→ **TASK BRIEF**
Reproduce all entries precisely as they are written.

◇ ◇ ◇ ◇ ◇

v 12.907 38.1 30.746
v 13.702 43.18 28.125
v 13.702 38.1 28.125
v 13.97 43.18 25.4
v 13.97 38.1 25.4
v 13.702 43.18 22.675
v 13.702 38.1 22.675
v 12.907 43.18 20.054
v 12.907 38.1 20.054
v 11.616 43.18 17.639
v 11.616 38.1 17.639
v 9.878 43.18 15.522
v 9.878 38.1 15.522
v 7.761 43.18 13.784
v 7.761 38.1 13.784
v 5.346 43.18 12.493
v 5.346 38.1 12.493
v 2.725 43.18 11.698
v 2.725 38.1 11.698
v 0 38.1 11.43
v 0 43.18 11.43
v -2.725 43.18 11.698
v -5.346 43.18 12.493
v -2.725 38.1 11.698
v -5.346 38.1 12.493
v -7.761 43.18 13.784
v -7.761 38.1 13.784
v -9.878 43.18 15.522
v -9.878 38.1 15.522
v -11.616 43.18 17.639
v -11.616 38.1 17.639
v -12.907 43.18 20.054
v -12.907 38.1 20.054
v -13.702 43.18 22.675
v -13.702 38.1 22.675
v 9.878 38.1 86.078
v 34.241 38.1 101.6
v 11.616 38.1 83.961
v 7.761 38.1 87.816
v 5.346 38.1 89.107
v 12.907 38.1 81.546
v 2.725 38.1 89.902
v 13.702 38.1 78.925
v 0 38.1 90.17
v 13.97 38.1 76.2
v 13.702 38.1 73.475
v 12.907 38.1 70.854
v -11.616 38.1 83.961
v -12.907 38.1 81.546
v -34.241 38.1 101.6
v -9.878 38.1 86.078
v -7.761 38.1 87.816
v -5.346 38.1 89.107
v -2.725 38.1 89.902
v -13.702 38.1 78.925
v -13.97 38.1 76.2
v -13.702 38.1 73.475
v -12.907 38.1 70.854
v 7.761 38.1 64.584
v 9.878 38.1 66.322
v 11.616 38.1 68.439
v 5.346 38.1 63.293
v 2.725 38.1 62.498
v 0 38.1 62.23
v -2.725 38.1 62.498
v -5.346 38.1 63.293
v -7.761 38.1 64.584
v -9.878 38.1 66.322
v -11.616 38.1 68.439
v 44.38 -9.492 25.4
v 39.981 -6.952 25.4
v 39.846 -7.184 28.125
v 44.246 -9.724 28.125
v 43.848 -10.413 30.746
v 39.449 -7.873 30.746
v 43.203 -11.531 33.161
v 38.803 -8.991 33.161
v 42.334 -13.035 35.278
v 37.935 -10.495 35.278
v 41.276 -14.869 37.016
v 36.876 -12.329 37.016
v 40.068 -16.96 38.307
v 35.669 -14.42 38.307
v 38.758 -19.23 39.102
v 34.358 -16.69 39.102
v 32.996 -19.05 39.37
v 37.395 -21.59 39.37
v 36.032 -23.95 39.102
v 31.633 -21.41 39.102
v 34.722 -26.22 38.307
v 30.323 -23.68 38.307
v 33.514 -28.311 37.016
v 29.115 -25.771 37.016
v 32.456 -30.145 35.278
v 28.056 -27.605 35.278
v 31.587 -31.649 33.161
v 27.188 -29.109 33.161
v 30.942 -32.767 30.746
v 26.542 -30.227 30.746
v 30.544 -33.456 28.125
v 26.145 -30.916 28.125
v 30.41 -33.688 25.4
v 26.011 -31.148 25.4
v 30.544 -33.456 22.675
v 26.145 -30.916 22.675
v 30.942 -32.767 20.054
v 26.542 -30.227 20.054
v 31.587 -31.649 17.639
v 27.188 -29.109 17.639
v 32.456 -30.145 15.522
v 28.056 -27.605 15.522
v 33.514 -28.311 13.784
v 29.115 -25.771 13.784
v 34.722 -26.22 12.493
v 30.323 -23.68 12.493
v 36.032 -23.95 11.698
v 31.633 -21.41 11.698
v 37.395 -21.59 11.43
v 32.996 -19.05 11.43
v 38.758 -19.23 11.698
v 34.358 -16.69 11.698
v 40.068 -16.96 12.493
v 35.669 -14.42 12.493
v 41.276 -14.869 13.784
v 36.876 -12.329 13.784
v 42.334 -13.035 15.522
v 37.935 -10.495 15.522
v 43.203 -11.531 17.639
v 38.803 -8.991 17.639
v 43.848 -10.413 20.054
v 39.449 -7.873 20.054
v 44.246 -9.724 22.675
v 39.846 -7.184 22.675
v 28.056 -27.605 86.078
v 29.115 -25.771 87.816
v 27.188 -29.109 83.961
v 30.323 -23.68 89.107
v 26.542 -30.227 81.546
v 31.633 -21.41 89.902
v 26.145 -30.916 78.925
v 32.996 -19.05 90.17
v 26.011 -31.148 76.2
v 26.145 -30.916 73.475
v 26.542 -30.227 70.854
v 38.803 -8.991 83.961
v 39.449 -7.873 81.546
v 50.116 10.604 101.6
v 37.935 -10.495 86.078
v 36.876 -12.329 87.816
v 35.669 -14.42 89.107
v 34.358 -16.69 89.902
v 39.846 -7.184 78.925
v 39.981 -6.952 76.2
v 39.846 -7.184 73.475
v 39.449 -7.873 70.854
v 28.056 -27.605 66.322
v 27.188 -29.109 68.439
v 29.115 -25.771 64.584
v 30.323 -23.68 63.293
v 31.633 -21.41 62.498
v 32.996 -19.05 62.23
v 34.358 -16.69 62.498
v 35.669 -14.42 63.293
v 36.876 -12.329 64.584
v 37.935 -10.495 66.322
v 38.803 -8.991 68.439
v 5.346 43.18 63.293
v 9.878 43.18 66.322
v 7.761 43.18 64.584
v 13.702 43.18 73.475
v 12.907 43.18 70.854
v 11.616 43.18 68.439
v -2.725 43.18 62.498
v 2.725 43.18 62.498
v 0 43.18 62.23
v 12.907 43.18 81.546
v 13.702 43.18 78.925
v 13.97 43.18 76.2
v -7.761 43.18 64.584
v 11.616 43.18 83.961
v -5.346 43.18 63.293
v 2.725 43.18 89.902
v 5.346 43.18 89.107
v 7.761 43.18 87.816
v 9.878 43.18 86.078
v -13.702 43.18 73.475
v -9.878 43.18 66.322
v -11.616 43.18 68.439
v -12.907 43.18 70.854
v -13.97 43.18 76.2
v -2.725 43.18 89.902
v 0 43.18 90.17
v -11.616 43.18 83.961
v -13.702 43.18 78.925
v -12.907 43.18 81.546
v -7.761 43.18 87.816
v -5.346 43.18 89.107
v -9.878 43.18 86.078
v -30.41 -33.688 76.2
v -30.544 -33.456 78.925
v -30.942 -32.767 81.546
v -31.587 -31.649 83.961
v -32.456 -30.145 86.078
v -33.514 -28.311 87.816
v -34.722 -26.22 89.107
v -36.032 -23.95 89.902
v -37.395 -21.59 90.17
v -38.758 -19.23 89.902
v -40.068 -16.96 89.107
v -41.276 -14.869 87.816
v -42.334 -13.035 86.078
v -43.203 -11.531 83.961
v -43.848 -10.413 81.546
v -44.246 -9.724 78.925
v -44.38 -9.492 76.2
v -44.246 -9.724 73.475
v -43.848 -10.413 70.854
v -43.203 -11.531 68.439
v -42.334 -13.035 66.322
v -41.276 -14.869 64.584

◇ ◇ ◇ ◇ ◇

→ **RESPONSE AREA**
v 12.907 38.1 30.746
v 13.702 43.18 28.125
v 13.702 38.1 28.125
v 13.97 43.18 25.4
v 13.97 38.1 25.4
v 13.702 43.18 22.675
v 13.702 38.1 22.675
v 12.907 43.18 20.054
v 12.907 38.1 20.054
v 11.616 43.18 17.639
v 11.616 38.1 17.639
v 9.878 43.18 15.522
v 9.878 38.1 15.522
v 7.761 43.18 13.784
v 7.761 38.1 13.784
v 5.346 43.18 12.493
v 5.346 38.1 12.493
v 2.725 43.18 11.698
v 2.725 38.1 11.698
v 0 38.1 11.43
v 0 43.18 11.43
v -2.725 43.18 11.698
v -5.346 43.18 12.493
v -2.725 38.1 11.698
v -5.346 38.1 12.493
v -7.761 43.18 13.784
v -7.761 38.1 13.784
v -9.878 43.18 15.522
v -9.878 38.1 15.522
v -11.616 43.18 17.639
v -11.616 38.1 17.639
v -12.907 43.18 20.054
v -12.907 38.1 20.054
v -13.702 43.18 22.675
v -13.702 38.1 22.675
v 9.878 38.1 86.078
v 34.241 38.1 101.6
v 11.616 38.1 83.961
v 7.761 38.1 87.816
v 5.346 38.1 89.107
v 12.907 38.1 81.546
v 2.725 38.1 89.902
v 13.702 38.1 78.925
v 0 38.1 90.17
v 13.97 38.1 76.2
v 13.702 38.1 73.475
v 12.907 38.1 70.854
v -11.616 38.1 83.961
v -12.907 38.1 81.546
v -34.241 38.1 101.6
v -9.878 38.1 86.078
v -7.761 38.1 87.816
v -5.346 38.1 89.107
v -2.725 38.1 89.902
v -13.702 38.1 78.925
v -13.97 38.1 76.2
v -13.702 38.1 73.475
v -12.907 38.1 70.854
v 7.761 38.1 64.584
v 9.878 38.1 66.322
v 11.616 38.1 68.439
v 5.346 38.1 63.293
v 2.725 38.1 62.498
v 0 38.1 62.23
v -2.725 38.1 62.498
v -5.346 38.1 63.293
v -7.761 38.1 64.584
v -9.878 38.1 66.322
v -11.616 38.1 68.439
v 44.38 -9.492 25.4
v 39.981 -6.952 25.4
v 39.846 -7.184 28.125
v 44.246 -9.724 28.125
v 43.848 -10.413 30.746
v 39.449 -7.873 30.746
v 43.203 -11.531 33.161
v 38.803 -8.991 33.161
v 42.334 -13.035 35.278
v 37.935 -10.495 35.278
v 41.276 -14.869 37.016
v 36.876 -12.329 37.016
v 40.068 -16.96 38.307
v 35.669 -14.42 38.307
v 38.758 -19.23 39.102
v 34.358 -16.69 39.102
v 32.996 -19.05 39.37
v 37.395 -21.59 39.37
v 36.032 -23.95 39.102
v 31.633 -21.41 39.102
v 34.722 -26.22 38.307
v 30.323 -23.68 38.307
v 33.514 -28.311 37.016
v 29.115 -25.771 37.016
v 32.456 -30.145 35.278
v 28.056 -27.605 35.278
v 31.587 -31.649 33.161
v 27.188 -29.109 33.161
v 30.942 -32.767 30.746
v 26.542 -30.227 30.746
v 30.544 -33.456 28.125
v 26.145 -30.916 28.125
v 30.41 -33.688 25.4
v 26.011 -31.148 25.4
v 30.544 -33.456 22.675
v 26.145 -30.916 22.675
v 30.942 -32.767 20.054
v 26.542 -30.227 20.054
v 31.587 -31.649 17.639
v 27.188 -29.109 17.639
v 32.456 -30.145 15.522
v 28.056 -27.605 15.522
v 33.514 -28.311 13.784
v 29.115 -25.771 13.784
v 34.722 -26.22 12.493
v 30.323 -23.68 12.493
v 36.032 -23.95 11.698
v 31.633 -21.41 11.698
v 37.395 -21.59 11.43
v 32.996 -19.05 11.43
v 38.758 -19.23 11.698
v 34.358 -16.69 11.698
v 40.068 -16.96 12.493
v 35.669 -14.42 12.493
v 41.276 -14.869 13.784
v 36.876 -12.329 13.784
v 42.334 -13.035 15.522
v 37.935 -10.495 15.522
v 43.203 -11.531 17.639
v 38.803 -8.991 17.639
v 43.848 -10.413 20.054
v 39.449 -7.873 20.054
v 44.246 -9.724 22.675
v 39.846 -7.184 22.675
v 28.056 -27.605 86.078
v 29.115 -25.771 87.816
v 27.188 -29.109 83.961
v 30.323 -23.68 89.107
v 26.542 -30.227 81.546
v 31.633 -21.41 89.902
v 26.145 -30.916 78.925
v 32.996 -19.05 90.17
v 26.011 -31.148 76.2
v 26.145 -30.916 73.475
v 26.542 -30.227 70.854
v 38.803 -8.991 83.961
v 39.449 -7.873 81.546
v 50.116 10.604 101.6
v 37.935 -10.495 86.078
v 36.876 -12.329 87.816
v 35.669 -14.42 89.107
v 34.358 -16.69 89.902
v 39.846 -7.184 78.925
v 39.981 -6.952 76.2
v 39.846 -7.184 73.475
v 39.449 -7.873 70.854
v 28.056 -27.605 66.322
v 27.188 -29.109 68.439
v 29.115 -25.771 64.584
v 30.323 -23.68 63.293
v 31.633 -21.41 62.498
v 32.996 -19.05 62.23
v 34.358 -16.69 62.498
v 35.669 -14.42 63.293
v 36.876 -12.329 64.584
v 37.935 -10.495 66.322
v 38.803 -8.991 68.439
v 5.346 43.18 63.293
v 9.878 43.18 66.322
v 7.761 43.18 64.584
v 13.702 43.18 73.475
v 12.907 43.18 70.854
v 11.616 43.18 68.439
v -2.725 43.18 62.498
v 2.725 43.18 62.498
v 0 43.18 62.23
v 12.907 43.18 81.546
v 13.702 43.18 78.925
v 13.97 43.18 76.2
v -7.761 43.18 64.584
v 11.616 43.18 83.961
v -5.346 43.18 63.293
v 2.725 43.18 89.902
v 5.346 43.18 89.107
v 7.761 43.18 87.816
v 9.878 43.18 86.078
v -13.702 43.18 73.475
v -9.878 43.18 66.322
v -11.616 43.18 68.439
v -12.907 43.18 70.854
v -13.97 43.18 76.2
v -2.725 43.18 89.902
v 0 43.18 90.17
v -11.616 43.18 83.961
v -13.702 43.18 78.925
v -12.907 43.18 81.546
v -7.761 43.18 87.816
v -5.346 43.18 89.107
v -9.878 43.18 86.078
v -30.41 -33.688 76.2
v -30.544 -33.456 78.925
v -30.942 -32.767 81.546
v -31.587 -31.649 83.961
v -32.456 -30.145 86.078
v -33.514 -28.311 87.816
v -34.722 -26.22 89.107
v -36.032 -23.95 89.902
v -37.395 -21.59 90.17
v -38.758 -19.23 89.902
v -40.068 -16.96 89.107
v -41.276 -14.869 87.816
v -42.334 -13.035 86.078
v -43.203 -11.531 83.961
v -43.848 -10.413 81.546
v -44.246 -9.724 78.925
v -44.38 -9.492 76.2
v -44.246 -9.724 73.475
v -43.848 -10.413 70.854
v -43.203 -11.531 68.439
v -42.334 -13.035 66.322
v -41.276 -14.869 64.584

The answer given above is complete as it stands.